May 16, 2008 Researchers at The University of Texas M. D. Anderson Cancer Center have discovered a drug combination that kills leukemia cells by shutting down their energy source and hastening cell starvation.
In a preclinical study, Lauren Akers, D.O., postdoctoral fellow from the Children's Cancer Hospital at M. D. Anderson, found that combining a novel glycolysis inhibitor, 3-BrOP, with mTOR inhibitor, rapamycin, induced more than 90 percent cell death in human tissue cultures of acute lymphocytic leukemia. She presented her study at the American Society of Pediatric Hematology/Oncology annual conference on May 16.
"We already knew that 3-BrOP was effective in preclinical research of glioblastoma, colon cancer and lymphoma, and most recently acute leukemias" says Akers, lead investigator on the study. "We also knew that mTOR inhibitors intensify cellular starvation. This study showed that the two together have a more powerful impact on treating acute lymphocytic leukemia, which is the most common childhood cancer."
Glycolysis is a process that turns glucose into energy for cells. Unlike healthy cells that get their energy for growth from both glycolysis and respiration, cancer cells are highly dependent on glycolysis.
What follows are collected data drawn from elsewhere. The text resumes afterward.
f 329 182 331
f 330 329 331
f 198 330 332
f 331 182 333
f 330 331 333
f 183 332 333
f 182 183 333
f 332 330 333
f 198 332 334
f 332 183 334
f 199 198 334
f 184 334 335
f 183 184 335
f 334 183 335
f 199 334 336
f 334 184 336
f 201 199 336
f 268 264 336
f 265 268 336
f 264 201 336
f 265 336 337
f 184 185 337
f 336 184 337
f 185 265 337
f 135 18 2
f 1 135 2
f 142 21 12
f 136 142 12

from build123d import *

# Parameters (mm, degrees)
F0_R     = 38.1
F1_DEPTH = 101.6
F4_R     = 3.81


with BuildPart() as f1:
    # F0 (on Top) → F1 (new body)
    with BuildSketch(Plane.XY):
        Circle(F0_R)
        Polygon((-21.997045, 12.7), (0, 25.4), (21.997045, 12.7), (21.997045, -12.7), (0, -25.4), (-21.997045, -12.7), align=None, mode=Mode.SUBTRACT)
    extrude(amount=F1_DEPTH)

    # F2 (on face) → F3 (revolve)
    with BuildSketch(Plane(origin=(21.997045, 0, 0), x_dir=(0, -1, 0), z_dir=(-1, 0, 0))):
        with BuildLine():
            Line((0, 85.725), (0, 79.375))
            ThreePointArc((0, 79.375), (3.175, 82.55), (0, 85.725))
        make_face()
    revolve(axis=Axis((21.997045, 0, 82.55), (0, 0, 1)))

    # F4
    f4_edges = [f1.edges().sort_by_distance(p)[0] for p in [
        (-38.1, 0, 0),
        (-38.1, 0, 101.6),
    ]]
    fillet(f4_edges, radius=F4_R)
Using the M. D. Anderson-developed drug, 3-BrOP, researchers inhibited glycolysis, thus starving the leukemia cells from their energy source while leaving healthy cells free to get their energy from respiration.
Rapamycin is an mTOR inhibitor that keeps cancer cells from coping with stress, thus resulting in cell death. When researchers on the study combined the two drugs, they discovered a synergistic effect.
"We found that a lower dosage of 3-BrOP with rapamycin created the same results of more than 90 percent tumor cell death," says Akers. "Theoretically, we believe that patients will better tolerate the therapy by lowering the dosage of 3-BrOP and combining it with rapamycin."
Other researchers on the study include senior investigator Patrick Zweidler-McKay, M.D., Ph.D., Anna Franklin, M.D. and Wendy Fang, M.D., all from the Children's Cancer Hospital at M. D. Anderson. Peng Huang, M.D., Ph.D., from the Department of Molecular Pathology at M. D. Anderson was also an investigator and was responsible for the development of 3-BrOP.
The team of researchers plans to conduct additional mouse studies, which could lead to a Phase I clinical trial some time in the future.